• **Exercise requirements**: Go through the records below and copy out every line that contains the word "Locations".
-------- Exercise input
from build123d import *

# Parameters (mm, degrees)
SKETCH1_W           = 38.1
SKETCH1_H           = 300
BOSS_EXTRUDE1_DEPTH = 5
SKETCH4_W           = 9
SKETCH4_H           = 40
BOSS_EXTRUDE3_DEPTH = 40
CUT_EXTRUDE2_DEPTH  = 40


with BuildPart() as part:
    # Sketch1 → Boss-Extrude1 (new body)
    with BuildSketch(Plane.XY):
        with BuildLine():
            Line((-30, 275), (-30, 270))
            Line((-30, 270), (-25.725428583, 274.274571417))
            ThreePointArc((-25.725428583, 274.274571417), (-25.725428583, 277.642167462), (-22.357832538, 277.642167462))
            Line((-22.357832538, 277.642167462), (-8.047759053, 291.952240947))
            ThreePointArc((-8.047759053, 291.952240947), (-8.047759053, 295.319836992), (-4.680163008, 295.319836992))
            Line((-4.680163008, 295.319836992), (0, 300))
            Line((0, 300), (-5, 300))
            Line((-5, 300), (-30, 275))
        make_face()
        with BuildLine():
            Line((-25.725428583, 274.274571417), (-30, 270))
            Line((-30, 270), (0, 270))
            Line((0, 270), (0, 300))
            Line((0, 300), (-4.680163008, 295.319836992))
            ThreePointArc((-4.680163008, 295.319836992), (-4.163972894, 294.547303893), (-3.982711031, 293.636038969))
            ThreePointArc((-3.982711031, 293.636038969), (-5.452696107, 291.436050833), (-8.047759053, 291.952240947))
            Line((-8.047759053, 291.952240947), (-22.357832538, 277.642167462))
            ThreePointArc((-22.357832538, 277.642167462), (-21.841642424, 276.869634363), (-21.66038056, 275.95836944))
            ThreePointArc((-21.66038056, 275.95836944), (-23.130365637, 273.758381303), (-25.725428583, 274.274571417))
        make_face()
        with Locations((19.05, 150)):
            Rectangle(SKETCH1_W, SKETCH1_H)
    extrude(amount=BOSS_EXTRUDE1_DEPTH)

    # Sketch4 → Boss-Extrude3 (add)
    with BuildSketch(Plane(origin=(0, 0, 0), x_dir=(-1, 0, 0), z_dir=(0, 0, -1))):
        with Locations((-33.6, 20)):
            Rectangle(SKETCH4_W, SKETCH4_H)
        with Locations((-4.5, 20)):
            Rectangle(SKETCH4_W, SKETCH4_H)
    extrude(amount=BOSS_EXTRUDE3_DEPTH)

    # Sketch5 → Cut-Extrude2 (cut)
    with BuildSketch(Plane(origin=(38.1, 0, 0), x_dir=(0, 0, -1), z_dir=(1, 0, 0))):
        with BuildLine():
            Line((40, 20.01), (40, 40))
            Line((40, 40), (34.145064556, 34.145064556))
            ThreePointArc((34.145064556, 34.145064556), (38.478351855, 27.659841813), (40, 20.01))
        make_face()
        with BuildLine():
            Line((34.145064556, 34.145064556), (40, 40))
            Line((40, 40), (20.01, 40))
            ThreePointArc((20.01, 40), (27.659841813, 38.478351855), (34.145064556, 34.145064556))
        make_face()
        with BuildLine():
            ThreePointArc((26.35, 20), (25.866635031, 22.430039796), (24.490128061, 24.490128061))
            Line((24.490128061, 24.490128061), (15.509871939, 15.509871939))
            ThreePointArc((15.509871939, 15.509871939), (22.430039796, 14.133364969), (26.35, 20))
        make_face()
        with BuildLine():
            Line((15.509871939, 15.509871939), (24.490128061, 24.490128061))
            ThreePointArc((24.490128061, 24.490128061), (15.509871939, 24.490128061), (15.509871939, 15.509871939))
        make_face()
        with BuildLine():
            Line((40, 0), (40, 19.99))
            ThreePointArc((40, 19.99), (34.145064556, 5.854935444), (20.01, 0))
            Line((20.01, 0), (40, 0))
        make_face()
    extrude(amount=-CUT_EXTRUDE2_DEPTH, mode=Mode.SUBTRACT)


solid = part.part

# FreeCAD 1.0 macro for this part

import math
import FreeCAD as App
import Part
import Sketcher
from FreeCAD import Vector
Q = App.Units.Quantity

doc = App.newDocument("Part")
body = doc.addObject("PartDesign::Body", "Body")

sketch1 = body.newObject("Sketcher::SketchObject", "Sketch")
sketch1.AttachmentSupport = (doc.getObject("XY_Plane"), [""])
sketch1.MapMode = "FlatFace"
sketch1.addGeometry([
    Part.LineSegment(Vector(-30, 275, 0), Vector(-30, 270, 0)),
    Part.LineSegment(Vector(-30, 270, 0), Vector(0, 270, 0)),
    Part.LineSegment(Vector(0, 270, 0), Vector(0, 0, 0)),
    Part.LineSegment(Vector(0, 0, 0), Vector(38.1, 0, 0)),
    Part.LineSegment(Vector(38.1, 0, 0), Vector(38.1, 300, 0)),
    Part.LineSegment(Vector(38.1, 300, 0), Vector(-5, 300, 0)),
    Part.LineSegment(Vector(-5, 300, 0), Vector(-30, 275, 0)),
    Part.ArcOfCircle(Part.Circle(Vector(-24, 276, 0), Vector(0, 0, 1), 2.4), math.radians(45), math.radians(225)),
    Part.ArcOfCircle(Part.Circle(Vector(-24, 276, 0), Vector(0, 0, 1), 2.4), math.radians(0), math.radians(45)),
    Part.ArcOfCircle(Part.Circle(Vector(-24, 276, 0), Vector(0, 0, 1), 2.4), math.radians(-135), math.radians(0)),
    Part.ArcOfCircle(Part.Circle(Vector(-6.4, 293.6, 0), Vector(0, 0, 1), 2.4), math.radians(45), math.radians(225)),
    Part.ArcOfCircle(Part.Circle(Vector(-6.4, 293.6, 0), Vector(0, 0, 1), 2.4), math.radians(0), math.radians(45)),
    Part.ArcOfCircle(Part.Circle(Vector(-6.4, 293.6, 0), Vector(0, 0, 1), 2.4), math.radians(-135), math.radians(0)),
], False)
sketch1.addConstraint([
    Sketcher.Constraint("Coincident", 0, 2, 1, 1),
    Sketcher.Constraint("Coincident", 1, 2, 2, 1),
    Sketcher.Constraint("Coincident", 2, 2, 3, 1),
    Sketcher.Constraint("Coincident", 3, 2, 4, 1),
    Sketcher.Constraint("Coincident", 4, 2, 5, 1),
    Sketcher.Constraint("Coincident", 5, 2, 6, 1),
    Sketcher.Constraint("Coincident", 6, 2, 0, 1),
    Sketcher.Constraint("Tangent", 7, 1, 8, 2),
    Sketcher.Constraint("Tangent", 8, 1, 9, 2),
    Sketcher.Constraint("Tangent", 9, 1, 7, 2),
    Sketcher.Constraint("Tangent", 10, 1, 11, 2),
    Sketcher.Constraint("Tangent", 11, 1, 12, 2),
    Sketcher.Constraint("Tangent", 12, 1, 10, 2),
    Sketcher.Constraint("Vertical", 0),
    Sketcher.Constraint("Horizontal", 1),
    Sketcher.Constraint("Vertical", 2),
    Sketcher.Constraint("Horizontal", 3),
    Sketcher.Constraint("Vertical", 4),
    Sketcher.Constraint("Horizontal", 5),
    Sketcher.Constraint("Coincident", 2, 2, -1, 1),
    Sketcher.Constraint("Equal", 9, 10),
    Sketcher.Constraint("Horizontal", 9, 3, 8, 1),
    Sketcher.Constraint("Horizontal", 12, 3, 11, 1),
    Sketcher.Constraint("DistanceX", 1, 1, 1, 2, 30.0),
    Sketcher.Constraint("DistanceY", 0, 2, 0, 1, 5.0),
    Sketcher.Constraint("DistanceY", 2, 2, 2, 1, 270.0),
    Sketcher.Constraint("DistanceY", 4, 1, 4, 2, 300.0),
    Sketcher.Constraint("Angle", 6, Q("-135 deg")),
    Sketcher.Constraint("DistanceX", 3, 1, 3, 2, 38.1),
    Sketcher.Constraint("Radius", 7, 2.38125),
    Sketcher.Constraint("DistanceX", 9, 3, 7, 1, 1.683798),
    Sketcher.Constraint("DistanceX", 9, 1, 8, 3, 1.683798),
    Sketcher.Constraint("DistanceX", 11, 3, 10, 1, 1.683798),
    Sketcher.Constraint("DistanceX", 12, 1, 10, 3, 1.683798),
    Sketcher.Constraint("DistanceX", 7, 3, -1, 1, 24.041631),
    Sketcher.Constraint("DistanceY", -1, 1, 7, 3, 275.958369),
    Sketcher.Constraint("DistanceX", 10, 3, -1, 1, 6.363961),
    Sketcher.Constraint("DistanceY", -1, 1, 10, 3, 293.636039),
])
pad1 = body.newObject("PartDesign::Pad", "Pad")
pad1.Profile = sketch1
pad1.Length = 5

sketch2 = body.newObject("Sketcher::SketchObject", "Sketch001")
sketch2.AttachmentSupport = (doc.getObject("XY_Plane"), [""])
sketch2.MapMode = "FlatFace"
sketch2.addGeometry([
    Part.LineSegment(Vector(38, 40, 0), Vector(38, 0, 0)),
    Part.LineSegment(Vector(38, 0, 0), Vector(29, 0, 0)),
    Part.LineSegment(Vector(29, 0, 0), Vector(29, 40, 0)),
    Part.LineSegment(Vector(29, 40, 0), Vector(38, 40, 0)),
    Part.LineSegment(Vector(9, 40, 0), Vector(9, 0, 0)),
    Part.LineSegment(Vector(9, 0, 0), Vector(0, 0, 0)),
    Part.LineSegment(Vector(0, 0, 0), Vector(0, 40, 0)),
    Part.LineSegment(Vector(0, 40, 0), Vector(9, 40, 0)),
], False)
sketch2.addConstraint([
    Sketcher.Constraint("Coincident", 0, 2, 1, 1),
    Sketcher.Constraint("Coincident", 1, 2, 2, 1),
    Sketcher.Constraint("Coincident", 2, 2, 3, 1),
    Sketcher.Constraint("Coincident", 3, 2, 0, 1),
    Sketcher.Constraint("Coincident", 4, 2, 5, 1),
    Sketcher.Constraint("Coincident", 5, 2, 6, 1),
    Sketcher.Constraint("Coincident", 6, 2, 7, 1),
    Sketcher.Constraint("Coincident", 7, 2, 4, 1),
    Sketcher.Constraint("Vertical", 0),
    Sketcher.Constraint("Horizontal", 1),
    Sketcher.Constraint("Vertical", 2),
    Sketcher.Constraint("Horizontal", 3),
    Sketcher.Constraint("Vertical", 4),
    Sketcher.Constraint("Horizontal", 5),
    Sketcher.Constraint("Vertical", 6),
    Sketcher.Constraint("Horizontal", 7),
    Sketcher.Constraint("Coincident", 5, 2, -1, 1),
    Sketcher.Constraint("PointOnObject", 0, 2, -1),
    Sketcher.Constraint("Horizontal", 3, 2, 6, 2),
    Sketcher.Constraint("Equal", 3, 5),
    Sketcher.Constraint("DistanceX", 1, 2, 1, 1, 9.0),
    Sketcher.Constraint("DistanceY", 0, 2, 0, 1, 40.0),
    Sketcher.Constraint("DistanceX", -1, 1, 0, 2, 38.1),
])
pad2 = body.newObject("PartDesign::Pad", "Pad001")
pad2.Profile = sketch2
pad2.Length = 40
pad2.Reversed = True

sketch3 = body.newObject("Sketcher::SketchObject", "Sketch002")
sketch3.AttachmentSupport = (doc.getObject("YZ_Plane"), [""])
sketch3.MapMode = "FlatFace"
sketch3.AttachmentOffset = App.Placement(Vector(0, 0, 38.1), App.Rotation())
sketch3.addGeometry([
    Part.LineSegment(Vector(20, -40, 0), Vector(40, -40, 0)),
    Part.LineSegment(Vector(40, -40, 0), Vector(40, -20, 0)),
    Part.ArcOfCircle(Part.Circle(Vector(20, -20, 0), Vector(0, 0, 1), 20), math.radians(-45), math.radians(0)),
    Part.ArcOfCircle(Part.Circle(Vector(20, -20, 0), Vector(0, 0, 1), 20), math.radians(-90), math.radians(-45)),
    Part.ArcOfCircle(Part.Circle(Vector(20, -20, 0), Vector(0, 0, 1), 6.4), math.radians(-90), math.radians(-45)),
    Part.ArcOfCircle(Part.Circle(Vector(20, -20, 0), Vector(0, 0, 1), 6.4), math.radians(-45), math.radians(135)),
    Part.ArcOfCircle(Part.Circle(Vector(20, -20, 0), Vector(0, 0, 1), 6.4), math.radians(135), math.radians(270)),
    Part.LineSegment(Vector(0, -40, 0), Vector(20, -40, 0)),
    Part.ArcOfCircle(Part.Circle(Vector(20, -20, 0), Vector(0, 0, 1), 20), math.radians(180), math.radians(270)),
    Part.LineSegment(Vector(0, -20, 0), Vector(0, -40, 0)),
], False)
sketch3.addConstraint([
    Sketcher.Constraint("Coincident", 0, 2, 1, 1),
    Sketcher.Constraint("Tangent", 1, 2, 2, 2),
    Sketcher.Constraint("Tangent", 2, 1, 3, 2),
    Sketcher.Constraint("Tangent", 3, 1, 0, 1),
    Sketcher.Constraint("Tangent", 4, 2, 5, 1),
    Sketcher.Constraint("Tangent", 5, 2, 6, 1),
    Sketcher.Constraint("Tangent", 6, 2, 4, 1),
    Sketcher.Constraint("Tangent", 7, 2, 8, 2),
    Sketcher.Constraint("Tangent", 8, 1, 9, 1),
    Sketcher.Constraint("Coincident", 9, 2, 7, 1),
    Sketcher.Constraint("Horizontal", 0),
    Sketcher.Constraint("Vertical", 1),
    Sketcher.Constraint("Horizontal", 7),
    Sketcher.Constraint("Vertical", 9),
    Sketcher.Constraint("Equal", 2, 3),
    Sketcher.Constraint("Equal", 3, 8),
    Sketcher.Constraint("PointOnObject", 8, 1, -2),
    Sketcher.Constraint("Horizontal", 3, 3, 8, 3),
    Sketcher.Constraint("Vertical", 5, 3, 6, 2),
    Sketcher.Constraint("Radius", 2, 19.99),
    Sketcher.Constraint("Radius", 4, 6.35),
    Sketcher.Constraint("DistanceX", -1, 1, 4, 3, 20.0),
    Sketcher.Constraint("DistanceY", 4, 3, -1, 1, 20.0),
    Sketcher.Constraint("DistanceX", -1, 1, 0, 2, 40.0),
    Sketcher.Constraint("DistanceY", 0, 2, -1, 1, 40.0),
    Sketcher.Constraint("DistanceX", -1, 1, 4, 2, 24.490128),
    Sketcher.Constraint("DistanceX", -1, 1, 5, 2, 15.509872),
    Sketcher.Constraint("DistanceX", -1, 1, 2, 1, 34.145065),
])
pocket1 = body.newObject("PartDesign::Pocket", "Pocket")
pocket1.Profile = sketch3
pocket1.Length = 40

doc.recompute()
----------------
• **Answer box**:
        with Locations((19.05, 150)):
        with Locations((-33.6, 20)):
        with Locations((-4.5, 20)):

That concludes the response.